Getting Started

Prepare your environment

Terminal requirements

Be comfortable working in a terminal. Linux or macOS is preferred because all commands in this documentation assume a POSIX shell. PowerShell on Windows can run the same workflow, but some steps may look different.

Before starting any task, prepare your local environment:

  • A dedicated Python environment manager such as conda. Other solutions like VirtualEnv also work. We recommend Miniforge because it supports Apple Silicon well.
  • Python 3.9 or newer. Create a fresh environment with at least Python 3.9; older versions may not be fully supported.
  • Optional access to a Slurm cluster (for example, UMass Swarm or UMass Unity) if you plan to run large-scale preprocessing jobs.

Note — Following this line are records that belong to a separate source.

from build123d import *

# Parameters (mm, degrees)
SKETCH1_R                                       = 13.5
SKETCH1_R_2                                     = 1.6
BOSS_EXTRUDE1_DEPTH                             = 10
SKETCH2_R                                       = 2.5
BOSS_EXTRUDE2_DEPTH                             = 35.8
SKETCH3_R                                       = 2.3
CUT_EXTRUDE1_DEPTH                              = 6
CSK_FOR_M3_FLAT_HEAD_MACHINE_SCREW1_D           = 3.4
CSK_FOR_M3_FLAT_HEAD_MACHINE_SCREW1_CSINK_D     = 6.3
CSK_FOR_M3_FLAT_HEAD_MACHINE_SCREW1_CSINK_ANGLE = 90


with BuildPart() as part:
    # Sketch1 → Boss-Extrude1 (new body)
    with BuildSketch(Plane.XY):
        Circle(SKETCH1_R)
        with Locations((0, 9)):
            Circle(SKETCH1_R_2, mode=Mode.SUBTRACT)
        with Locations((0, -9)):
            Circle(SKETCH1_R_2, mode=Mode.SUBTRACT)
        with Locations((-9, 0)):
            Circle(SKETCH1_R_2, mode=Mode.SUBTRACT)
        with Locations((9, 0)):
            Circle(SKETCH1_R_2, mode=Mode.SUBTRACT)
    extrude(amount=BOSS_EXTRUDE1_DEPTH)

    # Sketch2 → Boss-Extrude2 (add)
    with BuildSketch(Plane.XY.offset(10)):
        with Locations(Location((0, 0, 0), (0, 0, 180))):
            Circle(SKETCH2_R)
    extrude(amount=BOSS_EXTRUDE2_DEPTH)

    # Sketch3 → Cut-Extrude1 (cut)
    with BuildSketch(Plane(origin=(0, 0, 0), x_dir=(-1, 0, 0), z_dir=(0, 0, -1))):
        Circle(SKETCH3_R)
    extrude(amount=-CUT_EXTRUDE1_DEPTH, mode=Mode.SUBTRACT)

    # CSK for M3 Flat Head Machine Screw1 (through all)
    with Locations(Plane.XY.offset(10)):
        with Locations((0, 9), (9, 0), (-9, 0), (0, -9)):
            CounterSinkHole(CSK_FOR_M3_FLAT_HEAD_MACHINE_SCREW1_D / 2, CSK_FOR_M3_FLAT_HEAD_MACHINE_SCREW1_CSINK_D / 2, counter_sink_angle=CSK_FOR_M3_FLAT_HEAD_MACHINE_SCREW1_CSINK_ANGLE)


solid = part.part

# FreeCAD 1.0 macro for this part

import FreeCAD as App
import Part
import Sketcher

doc = App.newDocument("Part")
params = doc.addObject("Spreadsheet::Sheet", "Params")
for row, (alias, value) in enumerate([
    ("sketch1_diameter", "27 mm"),
    ("sketch1_diameter2", "3.2 mm"),
    ("pad1_length", "10 mm"),
    ("sketch2_diameter", "5 mm"),
    ("pad2_length", "35.8 mm"),
    ("sketch3_diameter", "4.6 mm"),
    ("pocket1_length", "6 mm"),
    ("sketch4_diameter", "3.4 mm"),
    ("hole_diameter", "3.4 mm"),
    ("hole_csink_diameter", "6.3 mm"),
], start=1):
    params.set(f"A{row}", alias)
    params.set(f"B{row}", "=" + value)
    params.setAlias(f"B{row}", alias)

body = doc.addObject("PartDesign::Body", "Body")

sketch1 = body.newObject("Sketcher::SketchObject", "Sketch")
sketch1.AttachmentSupport = (doc.getObject("XY_Plane"), [""])
sketch1.MapMode = "FlatFace"
sketch1.addGeometry([
    Part.Circle(App.Vector(0, 0, 0), App.Vector(0, 0, 1), 13.5),
    Part.Circle(App.Vector(0, -9, 0), App.Vector(0, 0, 1), 1.6),
    Part.Circle(App.Vector(-9, 0, 0), App.Vector(0, 0, 1), 1.6),
    Part.Circle(App.Vector(9, 0, 0), App.Vector(0, 0, 1), 1.6),
    Part.Circle(App.Vector(0, 9, 0), App.Vector(0, 0, 1), 1.6),
], False)
sketch1.addConstraint([
    Sketcher.Constraint("Coincident", 0, 3, -1, 1),
    Sketcher.Constraint("Equal", 1, 2),
    Sketcher.Constraint("Equal", 2, 3),
    Sketcher.Constraint("Equal", 3, 4),
    Sketcher.Constraint("Symmetric", 2, 3, 3, 3, -1, 1),
    Sketcher.Constraint("Symmetric", 1, 3, 4, 3, -1, 1),
    Sketcher.Constraint("PointOnObject", 1, 3, -2),
    Sketcher.Constraint("PointOnObject", 2, 3, -1),
    Sketcher.Constraint("Diameter", 0, 27.0),
    Sketcher.Constraint("Diameter", 1, 3.2),
    Sketcher.Constraint("DistanceY", 1, 3, -1, 1, 9.0),
    Sketcher.Constraint("DistanceX", 2, 3, -1, 1, 9.0),
])
sketch1.setExpression("Constraints[8]", "Params.sketch1_diameter")
sketch1.setExpression("Constraints[9]", "Params.sketch1_diameter2")
pad1 = body.newObject("PartDesign::Pad", "Pad")
pad1.Profile = sketch1
pad1.setExpression("Length", "Params.pad1_length")

sketch2 = body.newObject("Sketcher::SketchObject", "Sketch001")
sketch2.AttachmentSupport = (doc.getObject("XY_Plane"), [""])
sketch2.MapMode = "FlatFace"
sketch2.AttachmentOffset = App.Placement(App.Vector(0, 0, 10), App.Rotation())
sketch2.addGeometry(Part.Circle(App.Vector(0, 0, 0), App.Vector(0, 0, 1), 2.5), False)
sketch2.addConstraint([
    Sketcher.Constraint("Coincident", 0, 3, -1, 1),
    Sketcher.Constraint("Diameter", 0, 5.0),
])
sketch2.setExpression("Constraints[1]", "Params.sketch2_diameter")
pad2 = body.newObject("PartDesign::Pad", "Pad001")
pad2.Profile = sketch2
pad2.setExpression("Length", "Params.pad2_length")

sketch3 = body.newObject("Sketcher::SketchObject", "Sketch002")
sketch3.AttachmentSupport = (doc.getObject("XY_Plane"), [""])
sketch3.MapMode = "FlatFace"
sketch3.addGeometry(Part.Circle(App.Vector(0, 0, 0), App.Vector(0, 0, 1), 2.3), False)
sketch3.addConstraint([
    Sketcher.Constraint("Coincident", 0, 3, -1, 1),
    Sketcher.Constraint("Diameter", 0, 4.6),
])
sketch3.setExpression("Constraints[1]", "Params.sketch3_diameter")
pocket1 = body.newObject("PartDesign::Pocket", "Pocket")
pocket1.Profile = sketch3
pocket1.setExpression("Length", "Params.pocket1_length")
pocket1.Reversed = True

sketch4 = body.newObject("Sketcher::SketchObject", "Sketch003")
sketch4.AttachmentSupport = (doc.getObject("XY_Plane"), [""])
sketch4.MapMode = "FlatFace"
sketch4.AttachmentOffset = App.Placement(App.Vector(0, 0, 10), App.Rotation())
sketch4.addGeometry([
    Part.Circle(App.Vector(0, 9, 0), App.Vector(0, 0, 1), 1.7),
    Part.Circle(App.Vector(9, 0, 0), App.Vector(0, 0, 1), 1.7),
    Part.Circle(App.Vector(-9, 0, 0), App.Vector(0, 0, 1), 1.7),
    Part.Circle(App.Vector(0, -9, 0), App.Vector(0, 0, 1), 1.7),
], False)
sketch4.addConstraint([
    Sketcher.Constraint("Equal", 0, 1),
    Sketcher.Constraint("Equal", 1, 2),
    Sketcher.Constraint("Equal", 2, 3),
    Sketcher.Constraint("Symmetric", 1, 3, 2, 3, -1, 1),
    Sketcher.Constraint("Symmetric", 0, 3, 3, 3, -1, 1),
    Sketcher.Constraint("PointOnObject", 0, 3, -2),
    Sketcher.Constraint("PointOnObject", 1, 3, -1),
    Sketcher.Constraint("Diameter", 0, 3.4),
    Sketcher.Constraint("DistanceY", -1, 1, 0, 3, 9.0),
    Sketcher.Constraint("DistanceX", -1, 1, 1, 3, 9.0),
])
sketch4.setExpression("Constraints[7]", "Params.sketch4_diameter")
doc.recompute()
hole = body.newObject("PartDesign::Hole", "Hole")
hole.Profile = sketch4
hole.ThreadType = "None"
hole.setExpression("Diameter", "Params.hole_diameter")
hole.DepthType = "ThroughAll"
hole.HoleCutType = "Countersink"
hole.setExpression("HoleCutDiameter", "Params.hole_csink_diameter")
hole.HoleCutCountersinkAngle = 90

doc.recompute()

We will use a pinned version of BloArk in examples. You can experiment with newer versions, but if you hit issues, roll back to the version documented here and consult the package changelog.

Bash

pip install "bloark==2.3.3"

Download the dataset

The Wikipedia Edit Blocks dataset is hosted on HuggingFace as a standard dataset. You download it once to a local directory, then point your BloArk pipelines at that directory for all downstream processing.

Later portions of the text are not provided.